What is expected: Up to and including the line that contains "#20=AXIS2_PLACEMENT_3D('',#17,#18,#19);", repeat each line of the data exactly, starting from the first.

Records shown:
== Segment start ==

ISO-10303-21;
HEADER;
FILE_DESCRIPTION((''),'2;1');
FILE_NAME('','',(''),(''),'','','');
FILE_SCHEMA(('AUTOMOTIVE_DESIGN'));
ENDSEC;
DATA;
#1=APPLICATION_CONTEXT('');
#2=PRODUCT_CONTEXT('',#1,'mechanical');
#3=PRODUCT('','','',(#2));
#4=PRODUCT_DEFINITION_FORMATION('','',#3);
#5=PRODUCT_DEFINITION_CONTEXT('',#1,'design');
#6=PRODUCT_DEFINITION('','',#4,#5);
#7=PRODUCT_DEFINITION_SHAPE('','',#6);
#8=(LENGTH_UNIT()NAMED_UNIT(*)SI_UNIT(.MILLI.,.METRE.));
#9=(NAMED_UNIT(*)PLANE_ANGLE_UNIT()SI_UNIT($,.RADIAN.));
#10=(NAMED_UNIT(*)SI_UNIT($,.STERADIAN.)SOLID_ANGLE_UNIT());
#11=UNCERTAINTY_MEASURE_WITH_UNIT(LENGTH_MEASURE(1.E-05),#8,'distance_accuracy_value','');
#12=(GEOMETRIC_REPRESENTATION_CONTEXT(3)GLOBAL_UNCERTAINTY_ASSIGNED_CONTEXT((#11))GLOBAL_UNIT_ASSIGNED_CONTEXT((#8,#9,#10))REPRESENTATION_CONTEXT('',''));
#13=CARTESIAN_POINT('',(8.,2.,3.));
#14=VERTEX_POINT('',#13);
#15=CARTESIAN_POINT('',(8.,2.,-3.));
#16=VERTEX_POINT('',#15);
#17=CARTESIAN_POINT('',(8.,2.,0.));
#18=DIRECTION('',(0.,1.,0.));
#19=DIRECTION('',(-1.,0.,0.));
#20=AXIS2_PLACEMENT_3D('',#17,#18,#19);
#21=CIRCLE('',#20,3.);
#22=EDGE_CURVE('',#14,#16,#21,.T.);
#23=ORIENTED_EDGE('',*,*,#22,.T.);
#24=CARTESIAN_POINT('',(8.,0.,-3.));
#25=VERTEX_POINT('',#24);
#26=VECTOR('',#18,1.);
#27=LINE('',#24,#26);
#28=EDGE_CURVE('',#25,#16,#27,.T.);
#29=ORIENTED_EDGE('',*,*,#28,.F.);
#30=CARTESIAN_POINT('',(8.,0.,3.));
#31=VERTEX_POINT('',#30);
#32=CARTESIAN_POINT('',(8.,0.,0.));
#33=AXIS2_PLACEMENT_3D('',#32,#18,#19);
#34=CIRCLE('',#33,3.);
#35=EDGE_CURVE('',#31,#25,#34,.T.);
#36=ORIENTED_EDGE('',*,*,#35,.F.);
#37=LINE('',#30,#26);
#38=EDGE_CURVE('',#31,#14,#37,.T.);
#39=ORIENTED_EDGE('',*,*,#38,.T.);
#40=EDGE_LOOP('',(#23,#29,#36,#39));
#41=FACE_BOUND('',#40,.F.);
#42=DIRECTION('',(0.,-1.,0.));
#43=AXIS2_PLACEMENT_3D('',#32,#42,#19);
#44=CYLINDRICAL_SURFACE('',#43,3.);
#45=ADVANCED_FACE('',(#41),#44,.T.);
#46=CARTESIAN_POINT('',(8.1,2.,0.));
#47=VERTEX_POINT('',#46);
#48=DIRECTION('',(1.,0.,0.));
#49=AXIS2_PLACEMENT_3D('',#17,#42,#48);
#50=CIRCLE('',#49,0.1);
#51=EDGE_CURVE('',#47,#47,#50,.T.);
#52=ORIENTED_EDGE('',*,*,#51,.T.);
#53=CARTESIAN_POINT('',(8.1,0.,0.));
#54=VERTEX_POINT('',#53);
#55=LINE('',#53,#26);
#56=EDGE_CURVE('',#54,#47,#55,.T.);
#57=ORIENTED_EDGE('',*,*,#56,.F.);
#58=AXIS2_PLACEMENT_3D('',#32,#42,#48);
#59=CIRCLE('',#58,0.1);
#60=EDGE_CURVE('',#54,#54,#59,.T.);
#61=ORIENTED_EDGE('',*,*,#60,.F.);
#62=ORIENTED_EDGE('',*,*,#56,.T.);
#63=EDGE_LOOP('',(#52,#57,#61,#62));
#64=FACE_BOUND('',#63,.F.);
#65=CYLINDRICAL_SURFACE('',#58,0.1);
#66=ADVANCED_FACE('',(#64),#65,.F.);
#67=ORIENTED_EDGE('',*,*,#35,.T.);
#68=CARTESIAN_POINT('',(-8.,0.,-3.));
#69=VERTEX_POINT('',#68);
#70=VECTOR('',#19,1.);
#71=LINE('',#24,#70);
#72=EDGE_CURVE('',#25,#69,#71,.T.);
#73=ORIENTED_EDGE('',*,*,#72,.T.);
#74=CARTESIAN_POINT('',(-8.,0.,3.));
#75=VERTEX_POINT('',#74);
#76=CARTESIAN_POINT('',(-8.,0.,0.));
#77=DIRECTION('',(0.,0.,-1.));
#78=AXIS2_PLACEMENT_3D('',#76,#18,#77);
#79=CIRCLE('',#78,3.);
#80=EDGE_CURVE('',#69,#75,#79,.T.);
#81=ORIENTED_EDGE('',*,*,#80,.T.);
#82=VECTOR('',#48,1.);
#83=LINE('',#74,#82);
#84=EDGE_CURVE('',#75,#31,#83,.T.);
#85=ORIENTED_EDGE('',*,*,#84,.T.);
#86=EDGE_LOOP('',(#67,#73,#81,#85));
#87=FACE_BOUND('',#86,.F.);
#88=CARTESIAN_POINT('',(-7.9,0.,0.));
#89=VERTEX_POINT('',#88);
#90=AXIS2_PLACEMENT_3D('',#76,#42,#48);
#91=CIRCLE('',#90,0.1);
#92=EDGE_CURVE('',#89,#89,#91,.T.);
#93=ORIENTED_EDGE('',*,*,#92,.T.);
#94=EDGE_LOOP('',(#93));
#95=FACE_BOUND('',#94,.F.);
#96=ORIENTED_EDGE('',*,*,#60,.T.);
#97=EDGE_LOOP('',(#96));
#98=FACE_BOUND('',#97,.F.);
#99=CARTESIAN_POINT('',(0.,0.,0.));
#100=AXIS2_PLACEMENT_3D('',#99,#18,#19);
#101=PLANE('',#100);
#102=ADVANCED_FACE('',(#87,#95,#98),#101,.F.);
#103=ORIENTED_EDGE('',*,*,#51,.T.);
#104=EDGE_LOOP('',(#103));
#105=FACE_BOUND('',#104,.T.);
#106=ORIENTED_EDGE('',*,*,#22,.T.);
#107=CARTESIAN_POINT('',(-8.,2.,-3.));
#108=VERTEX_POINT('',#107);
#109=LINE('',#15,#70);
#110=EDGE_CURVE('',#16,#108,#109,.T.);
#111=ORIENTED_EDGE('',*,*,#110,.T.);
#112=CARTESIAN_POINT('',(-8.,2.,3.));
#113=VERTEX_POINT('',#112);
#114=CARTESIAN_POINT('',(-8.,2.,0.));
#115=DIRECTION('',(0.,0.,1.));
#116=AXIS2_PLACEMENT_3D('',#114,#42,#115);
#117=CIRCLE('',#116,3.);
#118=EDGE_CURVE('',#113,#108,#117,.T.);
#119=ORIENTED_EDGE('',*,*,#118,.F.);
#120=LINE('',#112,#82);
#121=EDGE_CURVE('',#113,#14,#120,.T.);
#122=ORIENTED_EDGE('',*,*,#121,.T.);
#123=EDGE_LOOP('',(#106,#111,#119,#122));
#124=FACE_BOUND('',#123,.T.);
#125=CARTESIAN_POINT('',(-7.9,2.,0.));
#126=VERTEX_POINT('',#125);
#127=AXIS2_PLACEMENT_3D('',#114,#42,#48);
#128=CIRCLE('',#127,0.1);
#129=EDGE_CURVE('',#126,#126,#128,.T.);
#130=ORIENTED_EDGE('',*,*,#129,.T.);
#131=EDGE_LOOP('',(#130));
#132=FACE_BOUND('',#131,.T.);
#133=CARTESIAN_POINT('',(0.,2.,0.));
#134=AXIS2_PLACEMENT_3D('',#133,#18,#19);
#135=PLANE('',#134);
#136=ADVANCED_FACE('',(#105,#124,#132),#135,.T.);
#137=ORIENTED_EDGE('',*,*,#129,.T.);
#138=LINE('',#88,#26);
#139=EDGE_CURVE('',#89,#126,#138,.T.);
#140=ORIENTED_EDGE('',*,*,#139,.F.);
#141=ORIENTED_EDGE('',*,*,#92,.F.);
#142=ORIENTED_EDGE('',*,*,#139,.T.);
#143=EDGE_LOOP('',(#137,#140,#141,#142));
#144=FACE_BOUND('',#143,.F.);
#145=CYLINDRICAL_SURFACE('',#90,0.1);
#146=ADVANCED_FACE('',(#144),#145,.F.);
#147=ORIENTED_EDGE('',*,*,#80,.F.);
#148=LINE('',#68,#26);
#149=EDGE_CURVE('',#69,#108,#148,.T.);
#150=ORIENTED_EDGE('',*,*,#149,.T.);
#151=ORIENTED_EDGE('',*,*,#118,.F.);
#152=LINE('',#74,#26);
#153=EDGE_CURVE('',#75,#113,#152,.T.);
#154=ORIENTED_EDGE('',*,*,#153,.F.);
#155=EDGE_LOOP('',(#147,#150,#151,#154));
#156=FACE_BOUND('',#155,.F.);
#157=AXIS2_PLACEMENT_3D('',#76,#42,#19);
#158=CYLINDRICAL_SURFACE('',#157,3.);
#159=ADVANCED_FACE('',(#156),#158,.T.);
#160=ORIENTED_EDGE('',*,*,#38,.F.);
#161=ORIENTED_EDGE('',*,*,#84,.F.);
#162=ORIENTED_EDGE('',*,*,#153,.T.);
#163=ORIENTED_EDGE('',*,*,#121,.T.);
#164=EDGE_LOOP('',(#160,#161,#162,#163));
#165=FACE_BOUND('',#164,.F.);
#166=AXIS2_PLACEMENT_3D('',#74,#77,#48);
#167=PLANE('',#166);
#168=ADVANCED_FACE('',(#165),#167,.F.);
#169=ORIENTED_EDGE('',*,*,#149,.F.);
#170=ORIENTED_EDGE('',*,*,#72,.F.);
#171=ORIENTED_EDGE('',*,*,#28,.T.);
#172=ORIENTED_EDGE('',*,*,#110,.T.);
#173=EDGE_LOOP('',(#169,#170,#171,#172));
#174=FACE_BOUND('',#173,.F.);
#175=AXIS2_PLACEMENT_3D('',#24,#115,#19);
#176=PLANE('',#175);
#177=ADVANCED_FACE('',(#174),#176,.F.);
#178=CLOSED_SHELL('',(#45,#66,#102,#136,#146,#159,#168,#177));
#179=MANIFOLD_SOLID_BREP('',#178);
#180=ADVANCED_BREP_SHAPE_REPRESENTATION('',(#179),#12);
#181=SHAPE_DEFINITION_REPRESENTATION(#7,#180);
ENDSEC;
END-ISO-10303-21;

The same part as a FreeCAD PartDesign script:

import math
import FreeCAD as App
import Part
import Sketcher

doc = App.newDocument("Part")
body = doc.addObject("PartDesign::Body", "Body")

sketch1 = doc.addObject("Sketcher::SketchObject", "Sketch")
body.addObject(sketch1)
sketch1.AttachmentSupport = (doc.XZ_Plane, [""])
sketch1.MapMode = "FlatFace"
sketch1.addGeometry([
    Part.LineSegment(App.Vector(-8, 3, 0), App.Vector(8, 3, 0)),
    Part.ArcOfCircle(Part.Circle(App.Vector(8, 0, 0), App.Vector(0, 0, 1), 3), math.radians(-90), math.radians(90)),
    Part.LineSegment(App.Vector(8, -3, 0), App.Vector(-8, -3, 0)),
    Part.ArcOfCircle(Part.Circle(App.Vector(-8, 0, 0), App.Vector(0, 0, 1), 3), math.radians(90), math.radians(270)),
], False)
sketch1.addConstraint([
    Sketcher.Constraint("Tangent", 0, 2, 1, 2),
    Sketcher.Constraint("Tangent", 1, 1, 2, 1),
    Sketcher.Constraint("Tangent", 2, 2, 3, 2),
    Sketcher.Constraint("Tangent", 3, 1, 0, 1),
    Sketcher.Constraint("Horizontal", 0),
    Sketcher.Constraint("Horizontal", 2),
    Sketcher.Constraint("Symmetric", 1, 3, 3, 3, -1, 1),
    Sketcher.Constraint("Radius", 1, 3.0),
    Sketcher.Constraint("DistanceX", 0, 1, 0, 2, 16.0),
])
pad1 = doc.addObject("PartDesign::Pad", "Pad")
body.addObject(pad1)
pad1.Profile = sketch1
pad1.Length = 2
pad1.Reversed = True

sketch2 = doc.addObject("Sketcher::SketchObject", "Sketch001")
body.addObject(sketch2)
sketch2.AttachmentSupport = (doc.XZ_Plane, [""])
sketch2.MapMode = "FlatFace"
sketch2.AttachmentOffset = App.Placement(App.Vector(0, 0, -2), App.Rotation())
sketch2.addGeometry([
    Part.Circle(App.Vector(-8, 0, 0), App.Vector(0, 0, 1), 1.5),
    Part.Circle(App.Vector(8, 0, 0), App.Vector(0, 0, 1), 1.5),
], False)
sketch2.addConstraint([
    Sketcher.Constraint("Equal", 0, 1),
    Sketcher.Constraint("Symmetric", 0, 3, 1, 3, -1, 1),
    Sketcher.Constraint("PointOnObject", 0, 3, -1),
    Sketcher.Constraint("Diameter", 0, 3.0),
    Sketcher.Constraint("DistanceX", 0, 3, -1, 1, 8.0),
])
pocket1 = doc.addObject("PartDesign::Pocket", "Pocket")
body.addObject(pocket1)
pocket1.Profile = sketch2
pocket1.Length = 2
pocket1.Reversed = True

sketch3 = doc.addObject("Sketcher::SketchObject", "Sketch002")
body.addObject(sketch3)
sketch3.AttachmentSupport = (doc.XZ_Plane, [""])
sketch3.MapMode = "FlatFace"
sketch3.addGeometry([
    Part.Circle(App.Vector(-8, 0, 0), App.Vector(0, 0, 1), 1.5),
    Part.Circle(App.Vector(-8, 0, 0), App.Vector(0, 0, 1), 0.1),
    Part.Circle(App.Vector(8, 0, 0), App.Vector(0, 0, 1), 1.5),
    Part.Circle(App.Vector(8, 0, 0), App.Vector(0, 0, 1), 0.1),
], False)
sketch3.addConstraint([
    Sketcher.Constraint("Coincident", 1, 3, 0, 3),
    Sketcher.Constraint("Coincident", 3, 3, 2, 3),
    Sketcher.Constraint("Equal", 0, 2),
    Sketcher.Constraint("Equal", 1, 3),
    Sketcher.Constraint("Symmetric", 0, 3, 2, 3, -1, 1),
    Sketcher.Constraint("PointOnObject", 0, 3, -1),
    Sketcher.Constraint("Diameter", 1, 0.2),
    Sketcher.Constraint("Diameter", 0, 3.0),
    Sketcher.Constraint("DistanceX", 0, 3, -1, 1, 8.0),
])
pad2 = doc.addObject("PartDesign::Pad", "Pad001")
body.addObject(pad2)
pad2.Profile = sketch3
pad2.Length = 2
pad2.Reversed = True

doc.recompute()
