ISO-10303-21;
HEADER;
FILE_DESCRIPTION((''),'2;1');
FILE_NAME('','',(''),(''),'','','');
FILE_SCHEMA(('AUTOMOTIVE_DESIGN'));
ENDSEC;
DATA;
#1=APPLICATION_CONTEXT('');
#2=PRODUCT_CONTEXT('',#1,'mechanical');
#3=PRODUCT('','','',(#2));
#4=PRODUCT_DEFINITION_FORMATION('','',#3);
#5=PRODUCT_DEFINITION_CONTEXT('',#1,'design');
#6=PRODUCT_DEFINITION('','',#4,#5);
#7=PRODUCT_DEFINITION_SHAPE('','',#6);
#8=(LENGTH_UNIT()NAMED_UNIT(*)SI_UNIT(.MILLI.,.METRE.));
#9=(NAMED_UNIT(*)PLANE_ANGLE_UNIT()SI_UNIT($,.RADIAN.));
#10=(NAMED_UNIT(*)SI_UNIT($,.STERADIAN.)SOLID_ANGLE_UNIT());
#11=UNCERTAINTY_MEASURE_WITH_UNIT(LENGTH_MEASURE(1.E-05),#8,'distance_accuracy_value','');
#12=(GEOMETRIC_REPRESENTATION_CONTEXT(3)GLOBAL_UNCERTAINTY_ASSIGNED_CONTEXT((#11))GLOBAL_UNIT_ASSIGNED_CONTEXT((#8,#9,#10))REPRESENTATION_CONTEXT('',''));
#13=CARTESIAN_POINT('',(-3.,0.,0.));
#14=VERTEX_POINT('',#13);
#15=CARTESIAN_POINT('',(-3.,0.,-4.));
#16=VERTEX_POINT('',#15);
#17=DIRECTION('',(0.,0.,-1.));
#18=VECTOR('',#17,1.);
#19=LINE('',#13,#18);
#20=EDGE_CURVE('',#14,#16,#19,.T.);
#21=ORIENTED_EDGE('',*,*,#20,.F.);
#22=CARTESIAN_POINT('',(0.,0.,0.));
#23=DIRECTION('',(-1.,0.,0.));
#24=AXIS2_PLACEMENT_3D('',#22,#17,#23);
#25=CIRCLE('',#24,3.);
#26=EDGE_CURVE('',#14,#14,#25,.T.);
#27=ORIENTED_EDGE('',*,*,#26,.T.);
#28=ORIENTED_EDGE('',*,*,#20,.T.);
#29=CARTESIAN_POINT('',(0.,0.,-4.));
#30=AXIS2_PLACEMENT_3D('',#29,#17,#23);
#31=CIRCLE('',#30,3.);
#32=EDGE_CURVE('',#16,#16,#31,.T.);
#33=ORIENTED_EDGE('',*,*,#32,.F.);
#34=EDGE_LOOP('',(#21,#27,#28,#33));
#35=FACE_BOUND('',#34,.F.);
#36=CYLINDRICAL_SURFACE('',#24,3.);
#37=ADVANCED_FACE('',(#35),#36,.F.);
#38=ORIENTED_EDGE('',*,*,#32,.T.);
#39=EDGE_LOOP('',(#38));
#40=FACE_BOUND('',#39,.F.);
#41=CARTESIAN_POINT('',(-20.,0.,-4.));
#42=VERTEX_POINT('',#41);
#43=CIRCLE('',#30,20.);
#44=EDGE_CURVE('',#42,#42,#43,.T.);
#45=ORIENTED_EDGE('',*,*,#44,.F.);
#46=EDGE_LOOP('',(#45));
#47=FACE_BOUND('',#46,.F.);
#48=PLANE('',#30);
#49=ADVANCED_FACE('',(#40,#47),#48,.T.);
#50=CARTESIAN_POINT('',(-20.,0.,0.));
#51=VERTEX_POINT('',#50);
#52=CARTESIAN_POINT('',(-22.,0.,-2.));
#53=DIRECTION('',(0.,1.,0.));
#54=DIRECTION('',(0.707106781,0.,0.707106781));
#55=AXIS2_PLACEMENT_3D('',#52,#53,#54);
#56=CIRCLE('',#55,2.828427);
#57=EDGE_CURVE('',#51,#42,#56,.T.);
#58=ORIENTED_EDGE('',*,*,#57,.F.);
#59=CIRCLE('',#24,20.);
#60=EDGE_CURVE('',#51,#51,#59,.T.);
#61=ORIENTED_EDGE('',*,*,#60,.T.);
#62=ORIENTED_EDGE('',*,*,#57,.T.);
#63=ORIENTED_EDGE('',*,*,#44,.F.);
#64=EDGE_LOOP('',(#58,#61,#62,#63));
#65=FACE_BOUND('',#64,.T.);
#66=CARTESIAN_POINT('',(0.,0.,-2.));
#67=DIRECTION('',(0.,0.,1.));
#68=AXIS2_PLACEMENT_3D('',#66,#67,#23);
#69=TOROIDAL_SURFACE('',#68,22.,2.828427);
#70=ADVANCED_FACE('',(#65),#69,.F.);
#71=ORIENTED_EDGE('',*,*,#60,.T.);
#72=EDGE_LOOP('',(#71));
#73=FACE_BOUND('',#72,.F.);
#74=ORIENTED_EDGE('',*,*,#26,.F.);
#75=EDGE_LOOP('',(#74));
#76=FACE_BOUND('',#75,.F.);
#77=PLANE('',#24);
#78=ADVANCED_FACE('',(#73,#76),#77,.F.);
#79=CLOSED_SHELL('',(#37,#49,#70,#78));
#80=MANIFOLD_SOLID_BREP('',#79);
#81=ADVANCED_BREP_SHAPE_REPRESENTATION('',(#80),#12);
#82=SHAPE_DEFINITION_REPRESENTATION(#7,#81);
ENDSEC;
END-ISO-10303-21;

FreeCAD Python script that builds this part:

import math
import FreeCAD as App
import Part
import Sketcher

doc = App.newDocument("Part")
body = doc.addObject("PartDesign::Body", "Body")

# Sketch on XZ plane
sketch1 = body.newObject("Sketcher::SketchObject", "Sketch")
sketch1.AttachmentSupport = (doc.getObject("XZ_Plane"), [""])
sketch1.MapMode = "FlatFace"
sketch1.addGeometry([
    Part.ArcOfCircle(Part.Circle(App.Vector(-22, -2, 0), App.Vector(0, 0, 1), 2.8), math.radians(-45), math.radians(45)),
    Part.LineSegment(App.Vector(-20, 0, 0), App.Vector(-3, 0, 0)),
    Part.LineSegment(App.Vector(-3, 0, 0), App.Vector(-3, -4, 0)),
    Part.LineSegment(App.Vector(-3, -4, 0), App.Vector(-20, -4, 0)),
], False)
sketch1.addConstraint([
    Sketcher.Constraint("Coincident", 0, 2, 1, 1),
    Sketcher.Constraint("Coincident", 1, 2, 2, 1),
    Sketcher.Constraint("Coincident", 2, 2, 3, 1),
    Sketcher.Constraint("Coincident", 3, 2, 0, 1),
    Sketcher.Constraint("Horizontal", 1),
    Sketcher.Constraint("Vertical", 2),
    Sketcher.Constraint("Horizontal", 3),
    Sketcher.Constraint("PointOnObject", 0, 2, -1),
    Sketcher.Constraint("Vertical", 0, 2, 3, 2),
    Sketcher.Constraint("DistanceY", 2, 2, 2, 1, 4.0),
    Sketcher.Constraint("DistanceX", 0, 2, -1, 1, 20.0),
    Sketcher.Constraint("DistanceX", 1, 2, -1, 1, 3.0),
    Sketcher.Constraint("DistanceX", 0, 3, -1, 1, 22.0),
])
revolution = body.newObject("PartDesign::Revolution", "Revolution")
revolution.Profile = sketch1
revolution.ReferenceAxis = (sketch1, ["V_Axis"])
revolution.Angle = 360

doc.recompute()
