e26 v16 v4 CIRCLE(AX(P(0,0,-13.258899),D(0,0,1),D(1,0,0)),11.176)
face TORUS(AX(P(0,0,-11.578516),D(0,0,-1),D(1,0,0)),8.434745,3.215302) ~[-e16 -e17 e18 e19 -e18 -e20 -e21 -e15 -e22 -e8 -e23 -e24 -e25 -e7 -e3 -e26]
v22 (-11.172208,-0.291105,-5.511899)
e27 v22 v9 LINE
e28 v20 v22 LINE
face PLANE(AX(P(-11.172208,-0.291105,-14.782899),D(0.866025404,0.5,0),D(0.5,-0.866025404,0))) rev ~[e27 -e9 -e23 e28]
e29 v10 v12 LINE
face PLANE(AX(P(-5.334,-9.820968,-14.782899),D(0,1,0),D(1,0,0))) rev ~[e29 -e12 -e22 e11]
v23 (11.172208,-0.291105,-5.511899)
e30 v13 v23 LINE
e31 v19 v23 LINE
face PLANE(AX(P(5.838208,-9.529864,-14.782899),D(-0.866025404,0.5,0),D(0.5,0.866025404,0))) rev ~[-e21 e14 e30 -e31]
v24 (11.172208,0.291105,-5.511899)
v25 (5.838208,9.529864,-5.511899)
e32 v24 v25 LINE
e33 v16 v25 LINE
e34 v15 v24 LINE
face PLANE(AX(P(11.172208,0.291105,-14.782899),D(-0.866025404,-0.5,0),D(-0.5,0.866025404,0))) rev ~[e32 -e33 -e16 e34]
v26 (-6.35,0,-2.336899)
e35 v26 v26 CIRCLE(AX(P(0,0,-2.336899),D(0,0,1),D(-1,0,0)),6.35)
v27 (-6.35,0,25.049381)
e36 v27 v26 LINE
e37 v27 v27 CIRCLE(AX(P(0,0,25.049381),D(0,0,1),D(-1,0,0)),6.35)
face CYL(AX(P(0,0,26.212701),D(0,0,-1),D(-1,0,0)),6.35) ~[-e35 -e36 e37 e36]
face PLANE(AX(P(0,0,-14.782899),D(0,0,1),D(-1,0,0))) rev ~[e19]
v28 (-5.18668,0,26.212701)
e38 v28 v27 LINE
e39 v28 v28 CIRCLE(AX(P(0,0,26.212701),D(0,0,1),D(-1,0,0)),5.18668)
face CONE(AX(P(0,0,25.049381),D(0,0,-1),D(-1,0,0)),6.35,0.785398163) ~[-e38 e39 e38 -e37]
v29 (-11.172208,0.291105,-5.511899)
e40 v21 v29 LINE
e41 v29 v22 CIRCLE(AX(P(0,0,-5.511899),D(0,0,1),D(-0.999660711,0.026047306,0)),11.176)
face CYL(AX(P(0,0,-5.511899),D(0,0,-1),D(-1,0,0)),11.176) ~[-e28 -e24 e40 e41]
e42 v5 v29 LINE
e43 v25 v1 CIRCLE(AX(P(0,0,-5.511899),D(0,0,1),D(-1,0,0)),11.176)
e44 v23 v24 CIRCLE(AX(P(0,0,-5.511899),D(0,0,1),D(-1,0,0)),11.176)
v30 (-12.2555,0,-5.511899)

== Segment end ==

Result:
ISO-10303-21;
HEADER;
FILE_DESCRIPTION((''),'2;1');
FILE_NAME('','',(''),(''),'','','');
FILE_SCHEMA(('AUTOMOTIVE_DESIGN'));
ENDSEC;
DATA;
#1=APPLICATION_CONTEXT('');
#2=PRODUCT_CONTEXT('',#1,'mechanical');
#3=PRODUCT('','','',(#2));
#4=PRODUCT_DEFINITION_FORMATION('','',#3);
#5=PRODUCT_DEFINITION_CONTEXT('',#1,'design');
#6=PRODUCT_DEFINITION('','',#4,#5);
#7=PRODUCT_DEFINITION_SHAPE('','',#6);
#8=(LENGTH_UNIT()NAMED_UNIT(*)SI_UNIT(.MILLI.,.METRE.));
#9=(NAMED_UNIT(*)PLANE_ANGLE_UNIT()SI_UNIT($,.RADIAN.));
#10=(NAMED_UNIT(*)SI_UNIT($,.STERADIAN.)SOLID_ANGLE_UNIT());
#11=UNCERTAINTY_MEASURE_WITH_UNIT(LENGTH_MEASURE(1.E-05),#8,'distance_accuracy_value','');
#12=(GEOMETRIC_REPRESENTATION_CONTEXT(3)GLOBAL_UNCERTAINTY_ASSIGNED_CONTEXT((#11))GLOBAL_UNIT_ASSIGNED_CONTEXT((#8,#9,#10))REPRESENTATION_CONTEXT('',''));
#13=CARTESIAN_POINT('',(8.,2.,3.));
#14=VERTEX_POINT('',#13);
#15=CARTESIAN_POINT('',(8.,2.,-3.));
#16=VERTEX_POINT('',#15);
#17=CARTESIAN_POINT('',(8.,2.,0.));
#18=DIRECTION('',(0.,1.,0.));
#19=DIRECTION('',(-1.,0.,0.));
#20=AXIS2_PLACEMENT_3D('',#17,#18,#19);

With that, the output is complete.